С тех пор прошел год, она почти забыла Макса фон Хорвака. И вот он, милый, похудевший, слегка полысевший, стоял перед ней и смотрел так, словно собирался опять попросить ее руки.

– Габриэль, это правда, что ты выходишь за фон Блеффа?

– Ну а что же мне остается? – Габи вздохнула, скорчила печальную рожицу. – Ты уехал в Россию, совсем забыл обо мне.

– Ты забыла, я нет.

– Почему же не писал?

– Зачем? Ты бы все равно не ответила… Стало быть, Франс фон Блефф? Я не верил, думал, глупая шутка.

– Макс, ну ты же знаешь меня, вся моя жизнь – глупая шутка.

– Когда свадьба?

– Скоро. В конце марта. Точной даты пока нет, матушка баронесса добивается личного присутствия фюрера, так что дата зависит от него.

– Да, великая честь, – тонкие губы Макса дернулись в усмешке. – Ну, пока ты еще не удостоилась, пока не стала с благословения самого фюрера баронессой фон Блефф, может, уделишь мне, простому смертному, пару часов? Я завтра утром улетаю в Москву.

– Конечно, Макс, я полностью в твоем распоряжении.

– Давай сбежим отсюда, погуляем, – он взял ее под руку. – Знаешь, весь этот год мне снилось, как мы с тобой гуляем по Парижу.

– Почему именно по Парижу?

– Люблю этот город, чувствую себя тут свободнее, чем в любом другом месте.

Они стали пробираться к выходу. Приходилось то и дело останавливаться, с кем-то здороваться, улыбаться, кивать, пожимать руки. В гардеробе к ним подлетела Стефани.
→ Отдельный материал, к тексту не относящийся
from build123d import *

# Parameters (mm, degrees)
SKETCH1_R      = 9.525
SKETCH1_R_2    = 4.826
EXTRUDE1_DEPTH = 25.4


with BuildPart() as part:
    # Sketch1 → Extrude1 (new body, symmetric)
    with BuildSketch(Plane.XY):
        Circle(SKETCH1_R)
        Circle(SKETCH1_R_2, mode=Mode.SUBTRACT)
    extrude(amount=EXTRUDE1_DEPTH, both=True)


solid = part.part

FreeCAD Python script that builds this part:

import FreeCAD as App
import Part
import Sketcher

V = App.Vector
Q = App.Units.Quantity

doc = App.newDocument("Part")
body = doc.addObject("PartDesign::Body", "Body")

# Sketch on XY plane
sketch1 = body.newObject("Sketcher::SketchObject", "Sketch")
sketch1.AttachmentSupport = (doc.getObject("XY_Plane"), [""])
sketch1.MapMode = "FlatFace"
sketch1.addGeometry([
    Part.Circle(V(0, 0, 0), V(0, 0, 1), 9.5),
    Part.Circle(V(0, 0, 0), V(0, 0, 1), 4.8),
], False)
sketch1.addConstraint([
    Sketcher.Constraint("Coincident", 0, 3, -1, 1),
    Sketcher.Constraint("Coincident", 1, 3, -1, 1),
    Sketcher.Constraint("Diameter", 0, Q("0.75 in")),
    Sketcher.Constraint("Diameter", 1, Q("0.38 in")),
])
pad1 = body.newObject("PartDesign::Pad", "Pad")
pad1.Profile = sketch1
pad1.Length = Q("2 in")
pad1.Midplane = True

doc.recompute()
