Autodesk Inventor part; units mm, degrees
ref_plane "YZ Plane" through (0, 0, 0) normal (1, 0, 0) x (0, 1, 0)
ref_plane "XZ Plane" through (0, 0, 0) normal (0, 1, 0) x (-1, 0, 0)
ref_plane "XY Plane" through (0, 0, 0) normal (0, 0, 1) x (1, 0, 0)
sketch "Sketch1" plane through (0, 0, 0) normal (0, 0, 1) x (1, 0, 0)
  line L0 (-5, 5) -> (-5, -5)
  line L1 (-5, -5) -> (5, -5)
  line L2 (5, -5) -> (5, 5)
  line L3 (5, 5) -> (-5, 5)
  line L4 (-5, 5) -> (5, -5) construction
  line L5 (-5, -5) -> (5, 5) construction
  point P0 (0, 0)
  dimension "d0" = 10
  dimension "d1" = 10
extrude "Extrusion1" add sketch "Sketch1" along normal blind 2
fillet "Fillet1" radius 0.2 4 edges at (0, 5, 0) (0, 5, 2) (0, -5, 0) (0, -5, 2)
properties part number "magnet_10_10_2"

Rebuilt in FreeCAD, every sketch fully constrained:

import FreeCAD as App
import Part
import Sketcher
from FreeCAD import Vector


def edges_at(feature, points):
    """Names of the edges that pass closest to the given points."""
    edges = feature.Shape.Edges
    near = lambda p: min(range(len(edges)), key=lambda i: edges[i].distToShape(Part.Vertex(*p))[0])
    return sorted({f"Edge{near(p) + 1}" for p in points})

doc = App.newDocument("Part")
body = doc.addObject("PartDesign::Body", "Body")

sketch1 = doc.addObject("Sketcher::SketchObject", "Sketch")
body.addObject(sketch1)
sketch1.AttachmentSupport = (doc.XY_Plane, [""])
sketch1.MapMode = "FlatFace"
sketch1.addGeometry(Part.LineSegment(Vector(5, 5, 0), Vector(-5, 5, 0)), False)
sketch1.addGeometry(Part.LineSegment(Vector(-5, 5, 0), Vector(-5, -5, 0)), False)
sketch1.addGeometry(Part.LineSegment(Vector(-5, -5, 0), Vector(5, -5, 0)), False)
sketch1.addGeometry(Part.LineSegment(Vector(5, -5, 0), Vector(5, 5, 0)), False)
sketch1.addConstraint(Sketcher.Constraint("Coincident", 0, 2, 1, 1))
sketch1.addConstraint(Sketcher.Constraint("Coincident", 1, 2, 2, 1))
sketch1.addConstraint(Sketcher.Constraint("Coincident", 2, 2, 3, 1))
sketch1.addConstraint(Sketcher.Constraint("Coincident", 3, 2, 0, 1))
sketch1.addConstraint(Sketcher.Constraint("Horizontal", 0))
sketch1.addConstraint(Sketcher.Constraint("Vertical", 1))
sketch1.addConstraint(Sketcher.Constraint("Horizontal", 2))
sketch1.addConstraint(Sketcher.Constraint("Vertical", 3))
sketch1.addConstraint(Sketcher.Constraint("Symmetric", 0, 2, 2, 2, -1, 1))
sketch1.addConstraint(Sketcher.Constraint("Equal", 2, 1))
sketch1.addConstraint(Sketcher.Constraint("DistanceX", 0, 2, 0, 1, 10.0))
pad1 = doc.addObject("PartDesign::Pad", "Pad")
body.addObject(pad1)
pad1.Profile = sketch1
pad1.Length = 2
doc.recompute()

fillet = doc.addObject("PartDesign::Fillet", "Fillet")
body.addObject(fillet)
fillet.Base = (pad1, edges_at(pad1, [
    (0, 5, 0),
    (0, 5, 2),
    (0, -5, 0),
    (0, -5, 2),
]))
fillet.Radius = 0.2

doc.recompute()
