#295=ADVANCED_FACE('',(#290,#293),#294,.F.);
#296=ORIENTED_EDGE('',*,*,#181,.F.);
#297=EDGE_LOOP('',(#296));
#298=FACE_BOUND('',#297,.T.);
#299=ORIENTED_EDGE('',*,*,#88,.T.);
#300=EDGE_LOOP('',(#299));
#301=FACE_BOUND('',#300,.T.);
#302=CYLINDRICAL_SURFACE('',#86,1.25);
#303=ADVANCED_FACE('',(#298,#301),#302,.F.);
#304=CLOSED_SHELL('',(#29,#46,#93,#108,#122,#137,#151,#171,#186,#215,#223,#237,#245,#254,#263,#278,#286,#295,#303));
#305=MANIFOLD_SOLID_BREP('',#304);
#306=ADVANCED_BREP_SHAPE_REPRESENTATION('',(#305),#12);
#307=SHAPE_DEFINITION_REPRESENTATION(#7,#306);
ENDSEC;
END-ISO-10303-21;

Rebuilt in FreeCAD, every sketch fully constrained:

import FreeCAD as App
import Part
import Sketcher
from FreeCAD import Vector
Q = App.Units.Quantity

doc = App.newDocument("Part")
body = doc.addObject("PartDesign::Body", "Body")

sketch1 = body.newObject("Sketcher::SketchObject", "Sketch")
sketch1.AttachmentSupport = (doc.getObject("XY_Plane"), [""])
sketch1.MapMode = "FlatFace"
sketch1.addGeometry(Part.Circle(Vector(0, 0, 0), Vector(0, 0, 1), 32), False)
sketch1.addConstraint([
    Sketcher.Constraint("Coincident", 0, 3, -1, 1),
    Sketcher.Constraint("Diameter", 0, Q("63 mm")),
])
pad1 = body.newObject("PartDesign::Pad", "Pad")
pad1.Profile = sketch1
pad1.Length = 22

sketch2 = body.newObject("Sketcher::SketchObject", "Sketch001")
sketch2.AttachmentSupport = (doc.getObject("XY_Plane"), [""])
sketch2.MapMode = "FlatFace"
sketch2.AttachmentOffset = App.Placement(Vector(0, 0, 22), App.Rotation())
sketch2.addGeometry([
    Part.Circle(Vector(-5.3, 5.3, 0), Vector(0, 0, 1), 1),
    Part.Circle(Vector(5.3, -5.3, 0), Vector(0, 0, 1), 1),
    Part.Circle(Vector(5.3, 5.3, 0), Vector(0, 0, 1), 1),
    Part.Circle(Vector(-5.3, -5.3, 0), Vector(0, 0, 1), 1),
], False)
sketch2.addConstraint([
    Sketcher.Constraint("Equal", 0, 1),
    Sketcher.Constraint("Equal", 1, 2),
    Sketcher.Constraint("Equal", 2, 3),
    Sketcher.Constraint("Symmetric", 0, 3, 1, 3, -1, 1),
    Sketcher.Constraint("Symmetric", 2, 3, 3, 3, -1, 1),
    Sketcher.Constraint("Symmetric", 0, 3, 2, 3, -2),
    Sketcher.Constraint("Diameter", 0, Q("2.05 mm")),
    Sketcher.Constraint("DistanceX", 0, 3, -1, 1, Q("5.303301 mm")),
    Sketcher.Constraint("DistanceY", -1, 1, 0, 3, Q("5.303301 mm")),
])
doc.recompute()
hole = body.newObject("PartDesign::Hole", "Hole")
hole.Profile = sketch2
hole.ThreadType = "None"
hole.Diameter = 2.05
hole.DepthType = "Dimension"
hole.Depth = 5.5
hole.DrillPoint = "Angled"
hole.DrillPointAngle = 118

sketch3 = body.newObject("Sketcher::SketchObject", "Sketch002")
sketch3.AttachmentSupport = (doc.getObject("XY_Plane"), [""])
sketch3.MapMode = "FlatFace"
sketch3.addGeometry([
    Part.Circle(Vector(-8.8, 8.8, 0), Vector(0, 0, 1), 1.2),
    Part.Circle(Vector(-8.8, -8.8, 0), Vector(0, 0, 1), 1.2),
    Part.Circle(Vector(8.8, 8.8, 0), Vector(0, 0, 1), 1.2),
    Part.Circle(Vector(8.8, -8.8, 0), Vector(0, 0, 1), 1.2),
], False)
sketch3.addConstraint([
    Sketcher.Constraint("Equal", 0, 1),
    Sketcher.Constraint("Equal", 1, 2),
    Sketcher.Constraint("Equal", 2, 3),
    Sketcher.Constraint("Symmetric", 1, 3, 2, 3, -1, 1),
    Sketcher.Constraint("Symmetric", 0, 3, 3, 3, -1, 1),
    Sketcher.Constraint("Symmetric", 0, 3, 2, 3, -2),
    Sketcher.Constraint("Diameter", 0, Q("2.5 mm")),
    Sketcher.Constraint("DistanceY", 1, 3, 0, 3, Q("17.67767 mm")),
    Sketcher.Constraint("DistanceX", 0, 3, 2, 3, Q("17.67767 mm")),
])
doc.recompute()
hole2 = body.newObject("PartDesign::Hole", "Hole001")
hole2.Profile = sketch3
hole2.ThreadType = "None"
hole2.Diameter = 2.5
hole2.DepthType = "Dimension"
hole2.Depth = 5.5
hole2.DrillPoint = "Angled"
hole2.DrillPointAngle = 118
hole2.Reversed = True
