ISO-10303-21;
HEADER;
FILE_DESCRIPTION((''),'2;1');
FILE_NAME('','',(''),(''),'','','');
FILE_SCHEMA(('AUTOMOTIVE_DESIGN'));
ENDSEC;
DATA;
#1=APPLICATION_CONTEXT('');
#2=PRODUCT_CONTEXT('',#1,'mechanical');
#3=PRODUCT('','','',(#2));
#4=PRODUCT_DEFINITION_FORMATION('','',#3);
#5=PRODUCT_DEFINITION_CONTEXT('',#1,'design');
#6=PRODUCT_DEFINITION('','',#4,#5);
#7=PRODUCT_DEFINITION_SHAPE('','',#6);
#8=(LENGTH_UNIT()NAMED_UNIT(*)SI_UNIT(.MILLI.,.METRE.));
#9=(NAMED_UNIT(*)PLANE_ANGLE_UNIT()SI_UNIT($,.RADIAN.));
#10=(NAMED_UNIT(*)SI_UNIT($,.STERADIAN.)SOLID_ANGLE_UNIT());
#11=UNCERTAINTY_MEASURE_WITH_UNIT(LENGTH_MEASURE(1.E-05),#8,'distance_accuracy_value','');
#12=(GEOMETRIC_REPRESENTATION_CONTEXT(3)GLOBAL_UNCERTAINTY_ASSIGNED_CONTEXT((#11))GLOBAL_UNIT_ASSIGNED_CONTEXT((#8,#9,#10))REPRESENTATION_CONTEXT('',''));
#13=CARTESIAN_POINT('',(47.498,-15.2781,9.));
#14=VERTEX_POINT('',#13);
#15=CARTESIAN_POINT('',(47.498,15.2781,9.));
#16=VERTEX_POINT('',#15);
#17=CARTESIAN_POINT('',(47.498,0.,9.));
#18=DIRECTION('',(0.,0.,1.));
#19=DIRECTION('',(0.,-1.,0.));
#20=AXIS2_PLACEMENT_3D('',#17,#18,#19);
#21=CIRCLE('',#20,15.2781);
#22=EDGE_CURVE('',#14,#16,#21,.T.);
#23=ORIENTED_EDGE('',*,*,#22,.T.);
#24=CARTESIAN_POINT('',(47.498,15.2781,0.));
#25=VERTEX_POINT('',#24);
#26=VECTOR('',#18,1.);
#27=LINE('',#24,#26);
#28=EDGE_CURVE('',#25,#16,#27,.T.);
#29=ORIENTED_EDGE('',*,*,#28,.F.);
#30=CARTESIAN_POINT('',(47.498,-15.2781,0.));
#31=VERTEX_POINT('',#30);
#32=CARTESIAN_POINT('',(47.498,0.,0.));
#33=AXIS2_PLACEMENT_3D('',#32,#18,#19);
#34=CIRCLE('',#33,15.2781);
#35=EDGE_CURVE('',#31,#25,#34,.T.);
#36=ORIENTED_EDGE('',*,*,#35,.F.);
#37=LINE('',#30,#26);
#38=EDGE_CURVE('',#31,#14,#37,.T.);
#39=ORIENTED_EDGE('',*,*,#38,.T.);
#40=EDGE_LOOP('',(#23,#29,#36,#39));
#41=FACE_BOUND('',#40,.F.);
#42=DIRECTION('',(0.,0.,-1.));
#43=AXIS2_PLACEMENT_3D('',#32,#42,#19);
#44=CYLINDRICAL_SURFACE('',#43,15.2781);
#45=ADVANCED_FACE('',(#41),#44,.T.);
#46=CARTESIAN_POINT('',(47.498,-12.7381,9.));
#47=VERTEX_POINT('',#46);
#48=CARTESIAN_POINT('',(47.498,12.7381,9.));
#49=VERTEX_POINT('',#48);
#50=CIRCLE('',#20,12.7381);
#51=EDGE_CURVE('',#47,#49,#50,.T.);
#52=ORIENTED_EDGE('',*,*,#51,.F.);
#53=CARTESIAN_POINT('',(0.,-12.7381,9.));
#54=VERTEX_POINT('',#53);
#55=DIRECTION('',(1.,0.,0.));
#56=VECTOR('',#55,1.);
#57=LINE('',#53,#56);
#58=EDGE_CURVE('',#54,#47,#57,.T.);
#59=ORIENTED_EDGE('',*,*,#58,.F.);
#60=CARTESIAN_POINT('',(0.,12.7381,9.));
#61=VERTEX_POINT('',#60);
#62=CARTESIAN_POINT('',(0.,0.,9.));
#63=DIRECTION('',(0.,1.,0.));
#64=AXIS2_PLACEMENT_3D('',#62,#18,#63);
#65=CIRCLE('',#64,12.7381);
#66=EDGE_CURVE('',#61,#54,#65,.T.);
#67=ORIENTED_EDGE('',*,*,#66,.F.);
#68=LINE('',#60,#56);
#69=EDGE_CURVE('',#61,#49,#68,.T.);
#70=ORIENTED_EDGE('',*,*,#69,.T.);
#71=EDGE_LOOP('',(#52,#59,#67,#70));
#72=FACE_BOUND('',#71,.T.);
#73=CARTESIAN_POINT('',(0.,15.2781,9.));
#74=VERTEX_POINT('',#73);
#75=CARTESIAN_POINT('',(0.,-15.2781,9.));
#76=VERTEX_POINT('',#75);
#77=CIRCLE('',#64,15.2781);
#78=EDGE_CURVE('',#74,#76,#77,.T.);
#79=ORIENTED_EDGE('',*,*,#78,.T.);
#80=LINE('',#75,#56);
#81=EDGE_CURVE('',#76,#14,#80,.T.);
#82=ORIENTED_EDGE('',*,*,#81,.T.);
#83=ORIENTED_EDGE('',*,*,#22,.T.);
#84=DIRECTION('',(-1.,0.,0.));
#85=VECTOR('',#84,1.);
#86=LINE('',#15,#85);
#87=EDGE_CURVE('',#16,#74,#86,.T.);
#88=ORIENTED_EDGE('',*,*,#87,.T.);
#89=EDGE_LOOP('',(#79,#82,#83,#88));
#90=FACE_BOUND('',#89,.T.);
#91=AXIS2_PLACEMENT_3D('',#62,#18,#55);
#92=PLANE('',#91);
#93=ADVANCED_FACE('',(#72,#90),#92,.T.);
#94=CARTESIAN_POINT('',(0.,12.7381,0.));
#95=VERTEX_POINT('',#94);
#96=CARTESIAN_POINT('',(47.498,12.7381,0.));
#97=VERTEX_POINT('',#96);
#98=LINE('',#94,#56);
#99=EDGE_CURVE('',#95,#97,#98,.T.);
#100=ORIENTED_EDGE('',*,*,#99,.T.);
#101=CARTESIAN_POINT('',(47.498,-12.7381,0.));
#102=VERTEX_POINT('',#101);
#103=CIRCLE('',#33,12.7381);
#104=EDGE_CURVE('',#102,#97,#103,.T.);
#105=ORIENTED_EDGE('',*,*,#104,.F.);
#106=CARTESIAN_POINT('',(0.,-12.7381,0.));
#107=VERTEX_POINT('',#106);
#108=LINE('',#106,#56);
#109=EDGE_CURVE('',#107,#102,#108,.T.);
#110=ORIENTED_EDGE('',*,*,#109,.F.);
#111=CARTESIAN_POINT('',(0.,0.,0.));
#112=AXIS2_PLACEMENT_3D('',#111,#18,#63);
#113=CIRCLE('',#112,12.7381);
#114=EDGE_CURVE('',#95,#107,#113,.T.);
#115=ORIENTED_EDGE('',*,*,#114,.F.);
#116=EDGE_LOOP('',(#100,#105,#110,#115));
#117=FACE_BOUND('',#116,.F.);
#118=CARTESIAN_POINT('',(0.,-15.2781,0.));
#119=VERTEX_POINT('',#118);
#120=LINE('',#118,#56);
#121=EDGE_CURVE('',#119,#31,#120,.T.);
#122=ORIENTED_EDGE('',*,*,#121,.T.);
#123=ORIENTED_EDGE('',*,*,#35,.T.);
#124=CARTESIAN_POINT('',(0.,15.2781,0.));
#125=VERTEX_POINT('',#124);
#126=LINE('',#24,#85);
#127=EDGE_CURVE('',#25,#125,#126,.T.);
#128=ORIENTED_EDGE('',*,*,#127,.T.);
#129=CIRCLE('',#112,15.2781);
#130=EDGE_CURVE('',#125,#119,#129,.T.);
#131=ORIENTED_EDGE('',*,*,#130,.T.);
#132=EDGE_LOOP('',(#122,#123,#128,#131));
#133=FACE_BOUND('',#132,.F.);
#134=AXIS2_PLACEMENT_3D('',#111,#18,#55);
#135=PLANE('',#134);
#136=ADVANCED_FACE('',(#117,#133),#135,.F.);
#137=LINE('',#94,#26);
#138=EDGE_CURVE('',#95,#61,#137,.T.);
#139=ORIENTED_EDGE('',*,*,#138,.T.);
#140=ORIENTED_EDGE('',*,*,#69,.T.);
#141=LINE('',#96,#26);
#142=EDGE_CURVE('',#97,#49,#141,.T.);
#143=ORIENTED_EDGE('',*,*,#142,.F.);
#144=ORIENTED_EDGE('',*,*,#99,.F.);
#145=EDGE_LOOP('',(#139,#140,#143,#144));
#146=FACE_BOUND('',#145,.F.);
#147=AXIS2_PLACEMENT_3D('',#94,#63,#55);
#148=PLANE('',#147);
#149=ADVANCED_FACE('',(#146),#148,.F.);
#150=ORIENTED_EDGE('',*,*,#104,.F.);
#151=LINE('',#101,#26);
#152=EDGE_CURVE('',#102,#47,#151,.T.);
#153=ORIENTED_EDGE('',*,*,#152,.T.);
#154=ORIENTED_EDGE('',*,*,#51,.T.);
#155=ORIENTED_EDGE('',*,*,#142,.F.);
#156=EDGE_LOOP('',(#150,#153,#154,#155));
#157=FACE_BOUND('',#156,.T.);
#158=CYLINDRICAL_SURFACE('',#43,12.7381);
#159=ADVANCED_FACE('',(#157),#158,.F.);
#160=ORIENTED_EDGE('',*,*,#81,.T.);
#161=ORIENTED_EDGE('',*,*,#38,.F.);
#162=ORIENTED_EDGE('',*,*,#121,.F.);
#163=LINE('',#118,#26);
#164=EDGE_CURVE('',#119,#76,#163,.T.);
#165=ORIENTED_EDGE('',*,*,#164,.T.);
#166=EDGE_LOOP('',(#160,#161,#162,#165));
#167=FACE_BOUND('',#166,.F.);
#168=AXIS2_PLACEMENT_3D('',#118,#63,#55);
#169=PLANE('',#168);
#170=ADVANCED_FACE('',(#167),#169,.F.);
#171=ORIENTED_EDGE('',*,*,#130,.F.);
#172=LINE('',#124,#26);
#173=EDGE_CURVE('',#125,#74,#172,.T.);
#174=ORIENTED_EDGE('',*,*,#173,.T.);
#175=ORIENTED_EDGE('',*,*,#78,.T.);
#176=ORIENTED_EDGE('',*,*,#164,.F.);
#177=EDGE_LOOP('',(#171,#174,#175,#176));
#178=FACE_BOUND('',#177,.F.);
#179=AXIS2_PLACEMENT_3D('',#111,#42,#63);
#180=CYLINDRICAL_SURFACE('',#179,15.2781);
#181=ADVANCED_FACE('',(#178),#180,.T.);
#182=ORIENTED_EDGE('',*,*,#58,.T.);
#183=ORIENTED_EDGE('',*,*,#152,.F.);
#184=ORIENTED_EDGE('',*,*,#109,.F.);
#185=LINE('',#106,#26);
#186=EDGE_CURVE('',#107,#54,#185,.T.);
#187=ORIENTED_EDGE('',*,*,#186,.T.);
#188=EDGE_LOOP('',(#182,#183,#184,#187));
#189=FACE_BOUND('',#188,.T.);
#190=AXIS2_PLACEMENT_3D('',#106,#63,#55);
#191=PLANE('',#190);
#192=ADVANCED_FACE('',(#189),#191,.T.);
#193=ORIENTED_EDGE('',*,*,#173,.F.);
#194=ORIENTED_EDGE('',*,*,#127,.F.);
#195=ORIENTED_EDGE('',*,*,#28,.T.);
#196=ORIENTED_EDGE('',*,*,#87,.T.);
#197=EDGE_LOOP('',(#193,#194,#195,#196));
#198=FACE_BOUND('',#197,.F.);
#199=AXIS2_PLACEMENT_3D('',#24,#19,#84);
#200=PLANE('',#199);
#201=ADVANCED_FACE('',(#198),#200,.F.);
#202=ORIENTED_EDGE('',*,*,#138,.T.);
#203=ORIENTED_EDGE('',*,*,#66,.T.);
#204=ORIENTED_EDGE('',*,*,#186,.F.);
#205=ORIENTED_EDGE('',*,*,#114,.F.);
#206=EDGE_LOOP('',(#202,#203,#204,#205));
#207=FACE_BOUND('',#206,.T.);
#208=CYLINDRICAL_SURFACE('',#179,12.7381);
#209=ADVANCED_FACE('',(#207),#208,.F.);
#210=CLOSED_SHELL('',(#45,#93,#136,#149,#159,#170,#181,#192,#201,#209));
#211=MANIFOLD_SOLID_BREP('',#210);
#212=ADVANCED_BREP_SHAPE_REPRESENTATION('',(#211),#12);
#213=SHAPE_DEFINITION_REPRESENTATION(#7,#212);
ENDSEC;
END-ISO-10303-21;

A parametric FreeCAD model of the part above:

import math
import FreeCAD as App
import Part
import Sketcher
from FreeCAD import Vector
Q = App.Units.Quantity

doc = App.newDocument("Part")
body = doc.addObject("PartDesign::Body", "Body")

sketch1 = body.newObject("Sketcher::SketchObject", "Sketch")
sketch1.AttachmentSupport = (doc.getObject("XY_Plane"), [""])
sketch1.MapMode = "FlatFace"
sketch1.addGeometry(Part.ArcOfCircle(Part.Circle(Vector(47.498, 0, 0), Vector(0, 0, 1), 15.2781), math.radians(-90), math.radians(90)), False)
sketch1.addGeometry(Part.LineSegment(Vector(47.498, 15.2781, 0), Vector(0, 15.2781, 0)), False)
sketch1.addGeometry(Part.ArcOfCircle(Part.Circle(Vector(0, 0, 0), Vector(0, 0, 1), 15.2781), math.radians(90), math.radians(270)), False)
sketch1.addGeometry(Part.LineSegment(Vector(0, -15.2781, 0), Vector(47.498, -15.2781, 0)), False)
sketch1.addGeometry(Part.ArcOfCircle(Part.Circle(Vector(0, 0, 0), Vector(0, 0, 1), 12.7381), math.radians(90), math.radians(270)), False)
sketch1.addGeometry(Part.LineSegment(Vector(0, 12.7381, 0), Vector(47.498, 12.7381, 0)), False)
sketch1.addGeometry(Part.ArcOfCircle(Part.Circle(Vector(47.498, 0, 0), Vector(0, 0, 1), 12.7381), math.radians(-90), math.radians(90)), False)
sketch1.addGeometry(Part.LineSegment(Vector(47.498, -12.7381, 0), Vector(0, -12.7381, 0)), False)
sketch1.addConstraint(Sketcher.Constraint("Tangent", 0, 2, 1, 1))
sketch1.addConstraint(Sketcher.Constraint("Tangent", 1, 2, 2, 1))
sketch1.addConstraint(Sketcher.Constraint("Tangent", 2, 2, 3, 1))
sketch1.addConstraint(Sketcher.Constraint("Tangent", 3, 2, 0, 1))
sketch1.addConstraint(Sketcher.Constraint("Tangent", 4, 1, 5, 1))
sketch1.addConstraint(Sketcher.Constraint("Tangent", 5, 2, 6, 2))
sketch1.addConstraint(Sketcher.Constraint("Tangent", 6, 1, 7, 1))
sketch1.addConstraint(Sketcher.Constraint("Tangent", 7, 2, 4, 2))
sketch1.addConstraint(Sketcher.Constraint("Horizontal", 1))
sketch1.addConstraint(Sketcher.Constraint("Horizontal", 3))
sketch1.addConstraint(Sketcher.Constraint("Horizontal", 5))
sketch1.addConstraint(Sketcher.Constraint("Horizontal", 7))
sketch1.addConstraint(Sketcher.Constraint("Coincident", 2, 3, -1, 1))
sketch1.addConstraint(Sketcher.Constraint("Coincident", 4, 3, -1, 1))
sketch1.addConstraint(Sketcher.Constraint("Vertical", 6, 3, 0, 2))
sketch1.addConstraint(Sketcher.Constraint("DistanceX", 1, 2, 1, 1, Q("1.87 in")))
sketch1.addConstraint(Sketcher.Constraint("Radius", 4, Q("0.5015 in")))
sketch1.addConstraint(Sketcher.Constraint("DistanceY", 4, 1, 1, 2, Q("0.1 in")))
pad1 = body.newObject("PartDesign::Pad", "Pad")
pad1.Profile = sketch1
pad1.Length = 9

doc.recompute()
– Габи, наконец я тебя нашла! Представляешь, оказывается, Пикассо коммунист! Ужас! Такой талантливый художник! Нет, я все понимаю, дегенеративная живопись… но некоторые его работы… просто с ума сойти, очень сильное впечатление! В испанском павильоне будет выставлено большое панно Пикассо, называется «Герника», я спросила фрау Будбер из оргкомитета, нельзя ли посмотреть репродукцию в каком-нибудь каталоге, а она говорит: зачем вам, фрейлейн, эта большевистско-еврейская мазня?

Стефани тараторила, таращила глаза, дышала в лицо Габи лакричной пастилкой, одной рукой поправляла очки, другой крепко держала Габи за локоть и не обращала внимания на Макса.

– Что ты так всполошилась? – спросила Габи, дождавшись паузы.

– А вдруг она донесет в гестапо? – прошептала Стефани и зажмурилась от страха.

– О чем?

– Ну, что я интересуюсь Пикассо. Я ведь правда не знала, что он коммунист. Тетя предупредила, чтобы я была очень осторожна, у дяди Иоахима столько врагов, могут воспользоваться любой оплошностью кого-то из членов семьи, чтобы нагадить ему.